Laboratory-based assessments typically instruct subjects to rate pleasant emotion when exposed to a variety of evocative stimuli, including complex pictures, faces, sounds, words, and food [8-10,12]. Patients with schizophrenia displayed consistently high levels of internal consistency in these laboratory-based assessments of pleasant emotions [29]. The effort-expenditure for rewards task involves making choices between easy and hard tasks that can bring different amount of potential rewards [30]. The effort-expenditure for rewards task objectively measures the reward motivation and effort-based decision-making in humans.
Similarities between Items of Anhedonia and Amotivation in Assessment Tools
Researches have outlined the similarities in assessing items between anhedonia and amotivation, and identified difficulties in separating the two as distinct symptoms. A previous review [29] has established that both the anhedonia and amotivation subscale ratings overlap in regards to their incorporation of the frequency of certain activities such as hygiene and work-related activities, as well as the surveying of subjective emotional and physical experiences. Both of these scales measure the level of interest and productive community functioning, thus demonstrating a need for a clearer distinction between the two terms. Treadway and Zald have argued that there are two aspects of anhedonia, the “motivational” and “consummatory” anhedonia, yet the current underspecified definition of anhedonia integrates these two aspects as one [31]. Further confusion arises considering the fact that patients with schizophrenia tend to show decreases in anticipatory pleasure rather than consummatory pleasure [13], implying that their diminished anticipatory pleasure arises not from deficiency in the pleasure functions themselves but in their undervaluing of future benefits. Based on this evidence, Foussias and Remington have claimed that patients with schizophrenia do not have a hedonic deficit in the strictest sense and instead experience amotivation rather than anhedonia [2].

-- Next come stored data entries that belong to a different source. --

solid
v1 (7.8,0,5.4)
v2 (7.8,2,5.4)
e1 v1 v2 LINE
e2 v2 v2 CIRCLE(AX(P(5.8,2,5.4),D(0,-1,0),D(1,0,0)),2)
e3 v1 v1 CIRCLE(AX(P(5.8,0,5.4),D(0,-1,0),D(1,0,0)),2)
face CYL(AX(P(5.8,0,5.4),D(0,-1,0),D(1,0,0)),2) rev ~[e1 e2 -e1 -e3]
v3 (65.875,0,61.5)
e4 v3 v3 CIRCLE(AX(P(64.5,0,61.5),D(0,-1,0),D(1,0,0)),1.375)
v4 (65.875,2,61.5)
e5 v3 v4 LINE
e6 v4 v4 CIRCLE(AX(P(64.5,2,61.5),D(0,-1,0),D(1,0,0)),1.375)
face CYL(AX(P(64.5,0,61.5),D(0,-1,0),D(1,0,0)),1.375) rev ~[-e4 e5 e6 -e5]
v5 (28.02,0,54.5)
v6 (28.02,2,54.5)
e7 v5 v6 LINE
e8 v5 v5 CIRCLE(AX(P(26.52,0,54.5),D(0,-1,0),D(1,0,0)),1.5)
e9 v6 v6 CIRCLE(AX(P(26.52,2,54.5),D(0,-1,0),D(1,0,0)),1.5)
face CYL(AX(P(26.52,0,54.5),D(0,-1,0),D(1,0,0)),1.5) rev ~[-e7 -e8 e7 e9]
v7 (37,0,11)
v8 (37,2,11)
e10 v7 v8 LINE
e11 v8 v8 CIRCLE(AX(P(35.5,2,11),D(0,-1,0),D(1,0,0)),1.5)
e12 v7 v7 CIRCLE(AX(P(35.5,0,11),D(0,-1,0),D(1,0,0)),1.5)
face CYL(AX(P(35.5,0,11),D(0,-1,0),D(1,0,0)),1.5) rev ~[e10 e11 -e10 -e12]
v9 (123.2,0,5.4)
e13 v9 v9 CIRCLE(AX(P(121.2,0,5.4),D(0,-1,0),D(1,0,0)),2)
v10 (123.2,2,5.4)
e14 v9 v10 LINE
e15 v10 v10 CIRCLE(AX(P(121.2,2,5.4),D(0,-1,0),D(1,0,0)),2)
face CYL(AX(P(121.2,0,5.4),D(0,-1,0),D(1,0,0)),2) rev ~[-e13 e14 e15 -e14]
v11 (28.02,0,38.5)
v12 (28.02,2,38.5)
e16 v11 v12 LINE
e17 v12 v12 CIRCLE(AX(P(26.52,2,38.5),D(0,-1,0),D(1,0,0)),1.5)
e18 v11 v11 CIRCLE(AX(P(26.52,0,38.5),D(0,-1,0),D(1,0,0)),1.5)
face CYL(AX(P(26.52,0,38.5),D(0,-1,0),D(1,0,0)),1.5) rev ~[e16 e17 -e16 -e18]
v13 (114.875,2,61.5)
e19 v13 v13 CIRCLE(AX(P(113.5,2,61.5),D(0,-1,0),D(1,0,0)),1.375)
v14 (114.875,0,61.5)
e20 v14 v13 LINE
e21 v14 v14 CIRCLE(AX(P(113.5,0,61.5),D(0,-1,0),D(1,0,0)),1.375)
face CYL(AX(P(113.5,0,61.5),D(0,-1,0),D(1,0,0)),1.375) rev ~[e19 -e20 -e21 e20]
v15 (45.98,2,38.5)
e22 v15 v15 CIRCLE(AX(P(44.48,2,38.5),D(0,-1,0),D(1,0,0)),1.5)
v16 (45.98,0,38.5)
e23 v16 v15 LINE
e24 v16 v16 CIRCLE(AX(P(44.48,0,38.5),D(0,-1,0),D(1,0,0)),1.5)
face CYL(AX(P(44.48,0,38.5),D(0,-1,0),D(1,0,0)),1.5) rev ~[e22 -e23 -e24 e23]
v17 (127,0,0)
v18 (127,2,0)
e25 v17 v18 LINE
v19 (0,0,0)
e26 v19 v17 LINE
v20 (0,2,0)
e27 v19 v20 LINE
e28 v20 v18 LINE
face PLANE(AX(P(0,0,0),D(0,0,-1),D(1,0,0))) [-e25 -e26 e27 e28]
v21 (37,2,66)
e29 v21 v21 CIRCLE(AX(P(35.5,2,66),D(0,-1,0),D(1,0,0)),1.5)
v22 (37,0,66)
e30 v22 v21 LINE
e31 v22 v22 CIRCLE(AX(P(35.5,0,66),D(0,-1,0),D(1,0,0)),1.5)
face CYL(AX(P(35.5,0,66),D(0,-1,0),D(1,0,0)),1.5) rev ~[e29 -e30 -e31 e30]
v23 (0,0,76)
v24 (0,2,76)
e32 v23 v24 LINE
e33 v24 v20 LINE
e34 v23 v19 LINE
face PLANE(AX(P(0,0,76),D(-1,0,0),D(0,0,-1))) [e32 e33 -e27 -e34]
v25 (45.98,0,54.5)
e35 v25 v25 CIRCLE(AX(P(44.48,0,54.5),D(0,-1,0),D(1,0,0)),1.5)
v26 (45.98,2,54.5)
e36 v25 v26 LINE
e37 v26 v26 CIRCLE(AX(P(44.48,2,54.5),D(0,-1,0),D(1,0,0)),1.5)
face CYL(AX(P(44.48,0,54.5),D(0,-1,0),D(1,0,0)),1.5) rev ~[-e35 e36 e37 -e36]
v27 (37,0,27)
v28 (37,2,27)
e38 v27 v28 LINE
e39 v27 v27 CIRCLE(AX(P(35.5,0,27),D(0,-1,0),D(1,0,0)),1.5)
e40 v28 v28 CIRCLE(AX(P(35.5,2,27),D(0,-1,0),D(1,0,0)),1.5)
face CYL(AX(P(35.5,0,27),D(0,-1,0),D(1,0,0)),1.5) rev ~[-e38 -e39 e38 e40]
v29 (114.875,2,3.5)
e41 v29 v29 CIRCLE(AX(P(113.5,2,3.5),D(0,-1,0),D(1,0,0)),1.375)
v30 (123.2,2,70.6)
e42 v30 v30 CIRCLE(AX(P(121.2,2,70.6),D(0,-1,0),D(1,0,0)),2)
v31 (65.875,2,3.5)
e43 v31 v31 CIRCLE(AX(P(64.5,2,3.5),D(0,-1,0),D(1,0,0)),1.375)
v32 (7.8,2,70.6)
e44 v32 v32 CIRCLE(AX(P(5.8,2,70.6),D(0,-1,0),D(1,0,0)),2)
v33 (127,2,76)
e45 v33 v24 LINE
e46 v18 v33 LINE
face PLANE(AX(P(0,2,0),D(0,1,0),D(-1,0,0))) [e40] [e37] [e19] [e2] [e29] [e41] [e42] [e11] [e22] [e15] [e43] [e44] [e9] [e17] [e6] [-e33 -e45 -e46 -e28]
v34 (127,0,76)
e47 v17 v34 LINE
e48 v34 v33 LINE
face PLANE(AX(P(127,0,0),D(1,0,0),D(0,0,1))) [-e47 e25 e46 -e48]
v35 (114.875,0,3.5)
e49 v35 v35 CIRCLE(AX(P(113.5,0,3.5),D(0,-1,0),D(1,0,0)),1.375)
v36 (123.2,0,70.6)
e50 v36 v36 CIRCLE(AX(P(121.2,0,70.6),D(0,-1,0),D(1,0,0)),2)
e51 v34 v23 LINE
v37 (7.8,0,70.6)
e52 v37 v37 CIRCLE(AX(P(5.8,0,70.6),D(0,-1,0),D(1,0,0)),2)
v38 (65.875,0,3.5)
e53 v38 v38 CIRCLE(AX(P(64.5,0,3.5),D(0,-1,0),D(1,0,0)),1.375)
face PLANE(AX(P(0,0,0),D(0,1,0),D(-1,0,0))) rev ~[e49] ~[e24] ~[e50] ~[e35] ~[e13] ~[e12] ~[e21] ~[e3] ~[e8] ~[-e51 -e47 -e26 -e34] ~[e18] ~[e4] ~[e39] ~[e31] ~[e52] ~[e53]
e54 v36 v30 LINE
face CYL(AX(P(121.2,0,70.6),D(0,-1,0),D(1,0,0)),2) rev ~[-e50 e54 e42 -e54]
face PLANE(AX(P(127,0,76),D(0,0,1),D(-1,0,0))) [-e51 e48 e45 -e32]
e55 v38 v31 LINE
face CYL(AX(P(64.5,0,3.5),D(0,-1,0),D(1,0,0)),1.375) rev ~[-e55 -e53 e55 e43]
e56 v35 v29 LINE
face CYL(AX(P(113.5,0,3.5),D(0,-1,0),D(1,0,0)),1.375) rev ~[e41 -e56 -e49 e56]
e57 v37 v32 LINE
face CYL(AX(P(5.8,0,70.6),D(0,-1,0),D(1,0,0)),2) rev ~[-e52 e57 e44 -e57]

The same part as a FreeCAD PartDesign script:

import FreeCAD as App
import Part
import Sketcher
Q = App.Units.Quantity

doc = App.newDocument("Part")
body = doc.addObject("PartDesign::Body", "Body")

sketch1 = body.newObject("Sketcher::SketchObject", "Sketch")
sketch1.AttachmentSupport = (doc.getObject("XZ_Plane"), [""])
sketch1.MapMode = "FlatFace"
sketch1.addGeometry(Part.LineSegment(App.Vector(127, 0, 0), App.Vector(0, 0, 0)), False)
sketch1.addGeometry(Part.LineSegment(App.Vector(0, 0, 0), App.Vector(0, 76, 0)), False)
sketch1.addGeometry(Part.LineSegment(App.Vector(0, 76, 0), App.Vector(127, 76, 0)), False)
sketch1.addGeometry(Part.LineSegment(App.Vector(127, 76, 0), App.Vector(127, 0, 0)), False)
sketch1.addConstraint(Sketcher.Constraint("Coincident", 0, 2, 1, 1))
sketch1.addConstraint(Sketcher.Constraint("Coincident", 1, 2, 2, 1))
sketch1.addConstraint(Sketcher.Constraint("Coincident", 2, 2, 3, 1))
sketch1.addConstraint(Sketcher.Constraint("Coincident", 3, 2, 0, 1))
sketch1.addConstraint(Sketcher.Constraint("Horizontal", 0))
sketch1.addConstraint(Sketcher.Constraint("Vertical", 1))
sketch1.addConstraint(Sketcher.Constraint("Horizontal", 2))
sketch1.addConstraint(Sketcher.Constraint("Vertical", 3))
sketch1.addConstraint(Sketcher.Constraint("Coincident", 0, 2, -1, 1))
sketch1.addConstraint(Sketcher.Constraint("DistanceX", 0, 2, 0, 1, Q("127 mm")))
sketch1.addConstraint(Sketcher.Constraint("DistanceY", 1, 1, 1, 2, Q("76 mm")))
pad1 = body.newObject("PartDesign::Pad", "Pad")
pad1.Profile = sketch1
pad1.Length = 2
pad1.Reversed = True

sketch2 = body.newObject("Sketcher::SketchObject", "Sketch001")
sketch2.AttachmentSupport = (doc.getObject("XZ_Plane"), [""])
sketch2.MapMode = "FlatFace"
sketch2.addGeometry(Part.Circle(App.Vector(121.2, 70.6, 0), App.Vector(0, 0, 1), 2), False)
sketch2.addGeometry(Part.Circle(App.Vector(121.2, 5.4, 0), App.Vector(0, 0, 1), 2), False)
sketch2.addGeometry(Part.Circle(App.Vector(5.8, 70.6, 0), App.Vector(0, 0, 1), 2), False)
sketch2.addGeometry(Part.Circle(App.Vector(5.8, 5.4, 0), App.Vector(0, 0, 1), 2), False)
sketch2.addConstraint(Sketcher.Constraint("Equal", 0, 1))
sketch2.addConstraint(Sketcher.Constraint("Equal", 1, 2))
sketch2.addConstraint(Sketcher.Constraint("Equal", 2, 3))
sketch2.addConstraint(Sketcher.Constraint("Horizontal", 0, 3, 2, 3))
sketch2.addConstraint(Sketcher.Constraint("Horizontal", 1, 3, 3, 3))
sketch2.addConstraint(Sketcher.Constraint("Vertical", 0, 3, 1, 3))
sketch2.addConstraint(Sketcher.Constraint("Vertical", 2, 3, 3, 3))
sketch2.addConstraint(Sketcher.Constraint("Diameter", 0, Q("4 mm")))
sketch2.addConstraint(Sketcher.Constraint("DistanceX", -1, 1, 0, 3, Q("121.2 mm")))
sketch2.addConstraint(Sketcher.Constraint("DistanceY", -1, 1, 0, 3, Q("70.6 mm")))
sketch2.addConstraint(Sketcher.Constraint("DistanceY", -1, 1, 1, 3, Q("5.4 mm")))
sketch2.addConstraint(Sketcher.Constraint("DistanceX", -1, 1, 2, 3, Q("5.8 mm")))
pocket1 = body.newObject("PartDesign::Pocket", "Pocket")
pocket1.Profile = sketch2
pocket1.Type = "ThroughAll"

sketch3 = body.newObject("Sketcher::SketchObject", "Sketch002")
sketch3.AttachmentSupport = (doc.getObject("XZ_Plane"), [""])
sketch3.MapMode = "FlatFace"
sketch3.addGeometry(Part.Circle(App.Vector(35.5, 27, 0), App.Vector(0, 0, 1), 1.5), False)
sketch3.addGeometry(Part.Circle(App.Vector(35.5, 82, 0), App.Vector(0, 0, 1), 1.5), False)
sketch3.addGeometry(Part.Circle(App.Vector(113.5, 3.5, 0), App.Vector(0, 0, 1), 1.4), False)
sketch3.addGeometry(Part.Circle(App.Vector(113.5, 61.5, 0), App.Vector(0, 0, 1), 1.4), False)
sketch3.addGeometry(Part.Circle(App.Vector(64.5, 3.5, 0), App.Vector(0, 0, 1), 1.4), False)
sketch3.addGeometry(Part.Circle(App.Vector(64.5, 61.5, 0), App.Vector(0, 0, 1), 1.4), False)
sketch3.addGeometry(Part.Circle(App.Vector(44.5, 54.5, 0), App.Vector(0, 0, 1), 1.5), False)
sketch3.addGeometry(Part.Circle(App.Vector(26.5, 54.5, 0), App.Vector(0, 0, 1), 1.5), False)
sketch3.addGeometry(Part.Circle(App.Vector(35.5, 11, 0), App.Vector(0, 0, 1), 1.5), False)
sketch3.addGeometry(Part.Circle(App.Vector(35.5, 66, 0), App.Vector(0, 0, 1), 1.5), False)
sketch3.addGeometry(Part.Circle(App.Vector(44.5, 38.5, 0), App.Vector(0, 0, 1), 1.5), False)
sketch3.addGeometry(Part.Circle(App.Vector(26.5, 38.5, 0), App.Vector(0, 0, 1), 1.5), False)
sketch3.addConstraint(Sketcher.Constraint("Equal", 0, 1))
sketch3.addConstraint(Sketcher.Constraint("Equal", 2, 3))
sketch3.addConstraint(Sketcher.Constraint("Equal", 3, 4))
sketch3.addConstraint(Sketcher.Constraint("Equal", 4, 5))
sketch3.addConstraint(Sketcher.Constraint("Equal", 1, 6))
sketch3.addConstraint(Sketcher.Constraint("Equal", 6, 7))
sketch3.addConstraint(Sketcher.Constraint("Equal", 7, 8))
sketch3.addConstraint(Sketcher.Constraint("Equal", 8, 9))
sketch3.addConstraint(Sketcher.Constraint("Equal", 9, 10))
sketch3.addConstraint(Sketcher.Constraint("Equal", 10, 11))
sketch3.addConstraint(Sketcher.Constraint("Horizontal", 2, 3, 4, 3))
sketch3.addConstraint(Sketcher.Constraint("Horizontal", 3, 3, 5, 3))
sketch3.addConstraint(Sketcher.Constraint("Horizontal", 6, 3, 7, 3))
sketch3.addConstraint(Sketcher.Constraint("Horizontal", 10, 3, 11, 3))
sketch3.addConstraint(Sketcher.Constraint("Vertical", 0, 3, 1, 3))
sketch3.addConstraint(Sketcher.Constraint("Vertical", 2, 3, 3, 3))
sketch3.addConstraint(Sketcher.Constraint("Vertical", 4, 3, 5, 3))
sketch3.addConstraint(Sketcher.Constraint("Vertical", 1, 3, 8, 3))
sketch3.addConstraint(Sketcher.Constraint("Vertical", 8, 3, 9, 3))
sketch3.addConstraint(Sketcher.Constraint("Vertical", 6, 3, 10, 3))
sketch3.addConstraint(Sketcher.Constraint("Vertical", 7, 3, 11, 3))
sketch3.addConstraint(Sketcher.Constraint("Diameter", 0, Q("3 mm")))
sketch3.addConstraint(Sketcher.Constraint("Diameter", 2, Q("2.75 mm")))
sketch3.addConstraint(Sketcher.Constraint("DistanceY", -1, 1, 0, 3, Q("27 mm")))
sketch3.addConstraint(Sketcher.Constraint("DistanceY", -1, 1, 8, 3, Q("11 mm")))
sketch3.addConstraint(Sketcher.Constraint("DistanceY", 0, 3, 1, 3, Q("55 mm")))
sketch3.addConstraint(Sketcher.Constraint("DistanceY", 2, 3, 3, 3, Q("58 mm")))
sketch3.addConstraint(Sketcher.Constraint("DistanceX", 4, 3, 2, 3, Q("49 mm")))
sketch3.addConstraint(Sketcher.Constraint("DistanceY", 4, 3, 6, 3, Q("51 mm")))
sketch3.addConstraint(Sketcher.Constraint("DistanceY", -1, 1, 2, 3, Q("3.5 mm")))
sketch3.addConstraint(Sketcher.Constraint("DistanceY", 8, 3, 10, 3, Q("27.5 mm")))
sketch3.addConstraint(Sketcher.Constraint("DistanceY", 10, 3, 9, 3, Q("27.5 mm")))
sketch3.addConstraint(Sketcher.Constraint("DistanceX", 0, 3, 6, 3, Q("8.98 mm")))
sketch3.addConstraint(Sketcher.Constraint("DistanceX", 7, 3, 0, 3, Q("8.98 mm")))
sketch3.addConstraint(Sketcher.Constraint("DistanceX", 0, 3, 2, 3, Q("78 mm")))
sketch3.addConstraint(Sketcher.Constraint("DistanceX", -1, 1, 0, 3, Q("35.5 mm")))
pocket2 = body.newObject("PartDesign::Pocket", "Pocket001")
pocket2.Profile = sketch3
pocket2.Type = "ThroughAll"

doc.recompute()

Factor analytic studies [32, 33] have demonstrated that there are interrelationships between anhedonia and amotivation, demonstrating that SANS measures of avolition/apathy and anhedonia/asociality are closely related. Further studies have suggested the possibility of grouping these two factors together. Sayers et al. [33], in particular, grouped them as what he called “social amotivation.”
REWARD PROCESSING MODEL
Model for the Normal Reward Processing
In order to understand anhedonia/amotivation in patients with schizophrenia, it is important to figure out the mechanism of reward processing in normal people. Suppose that a person encounters a pleasurable event, for instance, seeing a chocolate lying on a table, in which a person then decides to eat it. Upon taking the chocolate, he or she feels consummatory pleasure from its delicate taste, and this pleasurable memory will be stored and maintained until the next encounter of such event. When this person re-encounters a chocolate on a table, he or she will recall the memory from the past and will be able to feel anticipatory pleasure before even consuming the chocolate. This will induce motivation with the person to eat the chocolate, due to the aforementioned anticipation of the taste. This motivation will naturally lead to the goal-directed behavior (in this case, the consumption of the chocolate). Eventually, the cycle is formed; upon eating the chocolate, the person again feels consummatory pleasure, reinforcing the memories of such pleasurable experience. Each step in this cycle is essential in the reward processing, and a deficit in any step leads to breakdown of the whole cycle; for the cycle to function normally, each step has to be intact.
This cycle can be summarized as shown in Fig. 1, which is based on the reward model suggested by Berridge and Robinson [34]. In this model, the reward processing is divided into three parts: emotion or affect which is associated with “liking”, learning which is related to associative conditioning, and motivation which includes “wanting”. While it might seem at first glance that “liking” is associated with anhedonia, this model links “liking” to consummatory pleasure. On the other hand, “wanting” is regarded as the motivational drive that comes from anticipatory pleasure. Again, anticipatory pleasure and motivation, instead of being distinct processes, are grouped as one [34].
Fig. (1).
Normal reward processing model.
Emotion or affect, a “liking” process that refers to consummatory pleasure, can be further broken down into the explicit hedonic feelings as conscious pleasure and the implicit hedonic feelings as core hedonic impact. The neurotransmitter systems including opioid, endocannabinoid and GABA play an important role in the “liking” process, which may particularly occur in the nucleus accumbens and ventral pallidum [35-37]. In the example above, the feeling of liking experienced upon consuming chocolate is relevant to this emotion or affect part of the reward.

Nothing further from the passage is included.